O ensino infantil não passava de teoria e bons desejos. Seria ministrado em regime coeducativo e propunha-se o desenvolvimento integral da criança, de modo a beneficiá-la física, moral e intelectualmente, preparando-a para receber o ensino primário. Um dos objectivos a alcançar consistia na "fixação e criação de hábitos de ordem, asseio e higiene, pontualidade e método de trabalho". Abrangeria três classes, dos quatro aos sete anos.
O ensino elementar profissional, tal como o infantil, não passava também de teoria e bons propósitos. Era ministrado às crianças indígenas nas escolas rurais e destinava-se a criar hábitos de higiene, de compostura e de trabalho, predispondo os alunos a receber facilmente os benefícios da civilização, preparando o ingresso nas escolas-oficinas, das quais se considerava estádio preliminar. O ensino seria ministrado numa só classe e único curso, inicialmente em línguas indígenas mas com progressiva transição para a prática da língua portuguesa. Recomendava-se expressamente que a sua instalação se fizesse... com sobriedade.

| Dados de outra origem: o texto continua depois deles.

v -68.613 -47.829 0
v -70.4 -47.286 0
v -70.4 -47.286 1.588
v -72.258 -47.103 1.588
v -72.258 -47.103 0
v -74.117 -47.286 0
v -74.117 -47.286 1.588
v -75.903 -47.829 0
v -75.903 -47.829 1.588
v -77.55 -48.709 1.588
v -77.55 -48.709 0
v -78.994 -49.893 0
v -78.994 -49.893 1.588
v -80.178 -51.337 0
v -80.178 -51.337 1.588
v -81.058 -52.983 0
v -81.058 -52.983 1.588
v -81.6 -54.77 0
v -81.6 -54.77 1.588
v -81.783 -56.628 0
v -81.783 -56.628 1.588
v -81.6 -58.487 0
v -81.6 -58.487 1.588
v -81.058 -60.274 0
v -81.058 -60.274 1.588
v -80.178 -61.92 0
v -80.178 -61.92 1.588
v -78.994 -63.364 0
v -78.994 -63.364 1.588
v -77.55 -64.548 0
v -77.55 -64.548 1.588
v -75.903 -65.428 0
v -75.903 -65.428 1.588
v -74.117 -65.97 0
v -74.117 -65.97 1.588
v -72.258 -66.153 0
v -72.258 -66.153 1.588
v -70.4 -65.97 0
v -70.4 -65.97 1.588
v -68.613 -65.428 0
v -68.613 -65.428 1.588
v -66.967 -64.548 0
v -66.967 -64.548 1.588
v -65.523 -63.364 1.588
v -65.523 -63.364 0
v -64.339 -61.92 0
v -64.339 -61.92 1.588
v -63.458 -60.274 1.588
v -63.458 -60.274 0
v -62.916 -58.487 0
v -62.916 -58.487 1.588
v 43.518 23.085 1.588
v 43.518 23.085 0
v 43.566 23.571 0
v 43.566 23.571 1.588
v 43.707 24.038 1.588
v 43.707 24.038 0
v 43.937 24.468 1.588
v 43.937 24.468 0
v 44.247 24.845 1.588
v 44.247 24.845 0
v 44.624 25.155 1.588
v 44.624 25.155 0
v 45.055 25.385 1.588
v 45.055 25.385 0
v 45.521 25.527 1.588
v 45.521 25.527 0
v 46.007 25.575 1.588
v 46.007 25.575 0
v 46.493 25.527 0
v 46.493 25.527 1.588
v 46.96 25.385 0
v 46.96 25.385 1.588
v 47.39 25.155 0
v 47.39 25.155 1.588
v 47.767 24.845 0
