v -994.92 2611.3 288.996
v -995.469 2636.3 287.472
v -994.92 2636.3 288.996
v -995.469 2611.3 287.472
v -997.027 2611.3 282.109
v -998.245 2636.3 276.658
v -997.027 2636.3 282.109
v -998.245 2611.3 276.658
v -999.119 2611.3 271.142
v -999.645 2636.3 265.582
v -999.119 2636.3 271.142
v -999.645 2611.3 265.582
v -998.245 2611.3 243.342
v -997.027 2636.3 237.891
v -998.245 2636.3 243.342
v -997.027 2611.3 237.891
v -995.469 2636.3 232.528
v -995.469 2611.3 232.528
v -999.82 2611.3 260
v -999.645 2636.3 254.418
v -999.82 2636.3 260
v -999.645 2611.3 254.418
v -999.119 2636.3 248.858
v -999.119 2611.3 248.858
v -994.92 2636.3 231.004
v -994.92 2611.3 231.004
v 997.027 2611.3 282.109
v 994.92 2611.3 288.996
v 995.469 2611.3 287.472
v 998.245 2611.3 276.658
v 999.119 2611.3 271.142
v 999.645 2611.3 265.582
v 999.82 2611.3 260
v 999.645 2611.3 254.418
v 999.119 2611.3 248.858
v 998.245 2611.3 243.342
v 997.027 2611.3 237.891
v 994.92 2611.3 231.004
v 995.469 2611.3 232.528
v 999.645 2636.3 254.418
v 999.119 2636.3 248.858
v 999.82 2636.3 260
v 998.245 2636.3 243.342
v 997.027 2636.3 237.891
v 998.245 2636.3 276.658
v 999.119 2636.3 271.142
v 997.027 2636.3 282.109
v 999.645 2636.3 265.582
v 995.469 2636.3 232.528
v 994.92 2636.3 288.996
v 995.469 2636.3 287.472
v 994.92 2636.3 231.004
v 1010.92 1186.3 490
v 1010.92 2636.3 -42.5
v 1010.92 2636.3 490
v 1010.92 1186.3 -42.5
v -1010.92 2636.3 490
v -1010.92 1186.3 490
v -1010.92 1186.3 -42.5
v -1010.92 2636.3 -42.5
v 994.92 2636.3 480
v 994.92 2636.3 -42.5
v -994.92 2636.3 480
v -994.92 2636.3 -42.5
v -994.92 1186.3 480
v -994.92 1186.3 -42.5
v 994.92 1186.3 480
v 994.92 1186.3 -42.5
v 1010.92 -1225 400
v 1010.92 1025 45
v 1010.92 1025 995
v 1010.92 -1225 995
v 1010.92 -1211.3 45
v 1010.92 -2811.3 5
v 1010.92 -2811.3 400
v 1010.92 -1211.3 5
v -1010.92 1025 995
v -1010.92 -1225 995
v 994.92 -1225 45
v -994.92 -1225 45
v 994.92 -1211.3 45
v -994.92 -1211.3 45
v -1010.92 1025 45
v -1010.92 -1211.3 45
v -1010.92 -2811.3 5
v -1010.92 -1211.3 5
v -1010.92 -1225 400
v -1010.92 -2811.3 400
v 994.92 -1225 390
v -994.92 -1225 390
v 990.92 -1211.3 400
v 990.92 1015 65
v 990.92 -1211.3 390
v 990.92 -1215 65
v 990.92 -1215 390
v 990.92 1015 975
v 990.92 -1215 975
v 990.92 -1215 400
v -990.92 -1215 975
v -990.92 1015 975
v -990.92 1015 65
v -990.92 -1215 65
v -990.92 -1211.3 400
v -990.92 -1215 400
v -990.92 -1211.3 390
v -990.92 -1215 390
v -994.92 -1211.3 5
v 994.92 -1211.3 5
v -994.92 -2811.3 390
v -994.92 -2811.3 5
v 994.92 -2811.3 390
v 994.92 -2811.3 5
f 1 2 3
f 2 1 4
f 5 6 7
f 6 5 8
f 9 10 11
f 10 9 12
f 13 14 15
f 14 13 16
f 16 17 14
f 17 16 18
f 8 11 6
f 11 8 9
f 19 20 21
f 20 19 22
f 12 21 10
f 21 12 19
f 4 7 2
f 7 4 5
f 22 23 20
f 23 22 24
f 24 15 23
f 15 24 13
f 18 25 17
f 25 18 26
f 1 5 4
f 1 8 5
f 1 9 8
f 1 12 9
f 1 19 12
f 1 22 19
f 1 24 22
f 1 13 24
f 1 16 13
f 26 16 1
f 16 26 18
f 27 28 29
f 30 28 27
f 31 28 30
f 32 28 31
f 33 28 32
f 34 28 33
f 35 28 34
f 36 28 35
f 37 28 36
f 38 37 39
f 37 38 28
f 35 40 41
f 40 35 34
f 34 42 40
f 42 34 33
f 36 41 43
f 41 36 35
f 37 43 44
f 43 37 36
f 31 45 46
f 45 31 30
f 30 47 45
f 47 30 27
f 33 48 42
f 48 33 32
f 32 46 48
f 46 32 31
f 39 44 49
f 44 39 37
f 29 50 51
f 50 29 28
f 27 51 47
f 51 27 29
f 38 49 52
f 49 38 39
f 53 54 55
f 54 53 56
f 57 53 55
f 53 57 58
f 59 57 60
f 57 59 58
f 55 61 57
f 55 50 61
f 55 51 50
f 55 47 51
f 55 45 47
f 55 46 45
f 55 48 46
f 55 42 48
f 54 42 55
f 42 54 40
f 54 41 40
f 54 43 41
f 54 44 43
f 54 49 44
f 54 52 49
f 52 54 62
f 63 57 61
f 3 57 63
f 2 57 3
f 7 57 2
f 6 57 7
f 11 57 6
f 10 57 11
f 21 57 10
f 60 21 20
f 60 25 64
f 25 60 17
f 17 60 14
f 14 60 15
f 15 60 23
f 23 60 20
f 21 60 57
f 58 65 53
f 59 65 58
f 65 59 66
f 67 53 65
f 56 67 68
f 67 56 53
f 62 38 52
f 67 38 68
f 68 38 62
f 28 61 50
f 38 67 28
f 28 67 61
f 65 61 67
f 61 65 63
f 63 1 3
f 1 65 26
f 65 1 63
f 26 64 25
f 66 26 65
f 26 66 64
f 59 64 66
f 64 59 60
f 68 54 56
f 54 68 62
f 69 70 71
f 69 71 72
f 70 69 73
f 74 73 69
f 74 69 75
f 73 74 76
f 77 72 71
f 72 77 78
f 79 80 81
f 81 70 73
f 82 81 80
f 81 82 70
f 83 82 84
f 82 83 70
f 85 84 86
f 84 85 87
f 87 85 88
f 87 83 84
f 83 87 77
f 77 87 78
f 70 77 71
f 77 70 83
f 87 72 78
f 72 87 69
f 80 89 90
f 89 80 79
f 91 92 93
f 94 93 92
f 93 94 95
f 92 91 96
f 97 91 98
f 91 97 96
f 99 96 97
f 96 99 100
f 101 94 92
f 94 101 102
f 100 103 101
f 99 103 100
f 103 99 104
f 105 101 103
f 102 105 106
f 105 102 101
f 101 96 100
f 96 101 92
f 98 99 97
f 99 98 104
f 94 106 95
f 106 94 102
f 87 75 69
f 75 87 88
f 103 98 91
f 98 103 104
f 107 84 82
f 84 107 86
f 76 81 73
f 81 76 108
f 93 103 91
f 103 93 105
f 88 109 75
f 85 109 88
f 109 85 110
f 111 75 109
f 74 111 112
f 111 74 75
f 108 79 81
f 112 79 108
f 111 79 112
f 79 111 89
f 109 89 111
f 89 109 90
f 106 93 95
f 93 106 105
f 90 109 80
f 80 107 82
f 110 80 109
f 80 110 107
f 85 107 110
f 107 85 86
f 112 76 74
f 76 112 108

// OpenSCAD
// ====================================================================================
// REVOLUTIONARY TECHNOLOGY COMPANY & UNIVERSITY OF WASHINGTON DEPARTMENT OF PHYSICS
// Subsystem: impala_ss_4door_body.scad (2027 Impala 4-Door Sedan Stamping Mask)
// Core Application: 1967 B-Body Silhouette Mated to Modern Titanium Architecture
// COMPLIANCE GATE: Maintains absolute 65mm lower open clearance for underbody armor
// Center Origin (0,0,0) = Geometric Centerpoint of the 119-Inch Wheelbase Centerline
// ====================================================================================

$fn = 100; // Parametric panel contour surface finish path resolution

// --- 1967/2027 Impala SS 4-Door Dimensional Constants (mm) ---
inch_to_mm         = 25.4;
impala_wheelbase   = 119.0 * inch_to_mm; // Exactly 3022.60 mm classic tracking length
body_total_width   = 79.6 * inch_to_mm;  // 2021.84 mm wide muscle-car shoulder stance
sheet_metal_thick  = 1.50;               // Heavy fleet-gauge stamped steel skin scale

// Underbody Clearance Rule Compliance
UNDER_ARMOR_CLEARANCE_MM = 65.00;

module stamped_front_hood_and_fenders() {
    echo("STAMPING 2027 IMPALA SS 4-DOOR SEDAN EXTERIOR FLEET MASK");
    // Sweeping front nose clip clearing the 1,350 Nm Square-Tooth propulsion engine core
    color("ClassicTeal") {
        difference() {
            // Front clip exterior boundary envelope
            translate([0, impala_wheelbase/2 + 400, 180])
                cube([body_total_width, 1450, 620], center=true);
            
            // Hollow inner engine bay cavity clearing structural chassis rails
            translate([0, impala_wheelbase/2 + 400, 180])
                cube([body_total_width - 32, 1454, 600], center=true);
                
            // LOWER PROFILE STANDOFF: Cuts base line to leave open armor installation room
            translate([0, impala_wheelbase/2 + 400, -140])
                cube([body_total_width + 10, 1460, UNDER_ARMOR_CLEARANCE_MM * 3], center=true);
                
            // 7-INCH ROUND HEADLIGHT BUCKETS: Dual circular sealed-beam socket cutouts
            for (side = [-1, 1]) {
                for (offset = [-60, 60]) {
                    translate([side * (body_total_width/2 - 160) + offset, impala_wheelbase/2 + 1120, 260])
                        rotate([-90, 0, 0])
                            cylinder(d=177.8, h=40, center=true); // 7.00 inches diameter standard
                }
            }
        }
    }
}

module pillarless_4door_cabin_shell() {
    // Stamped four-door passenger compartment featuring extended rear suicide door glass tracks
    color("DarkSlateGrey") {
        difference() {
            // Main greenhouse roof and side flank block profile
            translate([0, -100, 520])
                cube([body_total_width, 2250, 950], center=true);
            // Hollow interior cabin cockpit cave clearing the OtterBox console skeleton
            translate([0, -100, 520])
                cube([body_total_width - 40, 2230, 910], center=true);
                
            // LOWER ROCKER PANEL ARMOR SEAT OVERRIDE
            translate([0, -100, -30])
                cube([body_total_width + 10, 2260, UNDER_ARMOR_CLEARANCE_MM * 2], center=true);
        }
    }
}

module coke_bottle_rear_quarter_panels() {
    // Stamped rear trunk deck and classic curved "coke-bottle" rear fender hips
    color("ClassicTeal") {
        translate([0, -impala_wheelbase/2 - 500, 140]) {
            difference() {
                cube([body_total_width, 1600, 520], center=true);
                cube([body_total_width - 32, 1604, 500], center=true); // Hollow fuel cell pocket
                
                // Base clearance plane saving the 65mm underbody shield gap
                translate([0, 0, -200])
                    cube([body_total_width + 10, 1610, UNDER_ARMOR_CLEARANCE_MM * 2], center=true);
            }
        }
    }
}

// --- Composite 4-Door Impala Body Instantiation ---
union() {
    stamped_front_hood_and_fenders();
    pillarless_4door_cabin_shell();
    coke_bottle_rear_quarter_panels();
}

O ensino profissional era ministrado nas escolas-oficinas, e tinha a finalidade de dar aos indígenas educação profissional, criando neles hábitos de trabalho e proporcionando-lhes os conhecimentos literários compatíveis com o seu desenvolvimento intelectual. Compreendia duas partes:—- a geral, com a instrução literária elementar; e a técnica, que tenderia para a especialização. Adoptar-se-ia, sempre que possível, o regime de internato; se isso não fosse possível, optar-se-ia pelo de semi-internato. No primeiro caso, não era permitida a coeducação de sexos. Seriam criadas em todas as circunscrições administrativas onde ainda não existissem. Anexa à escola haveria uma granja agrícola, integrada no estabelecimento.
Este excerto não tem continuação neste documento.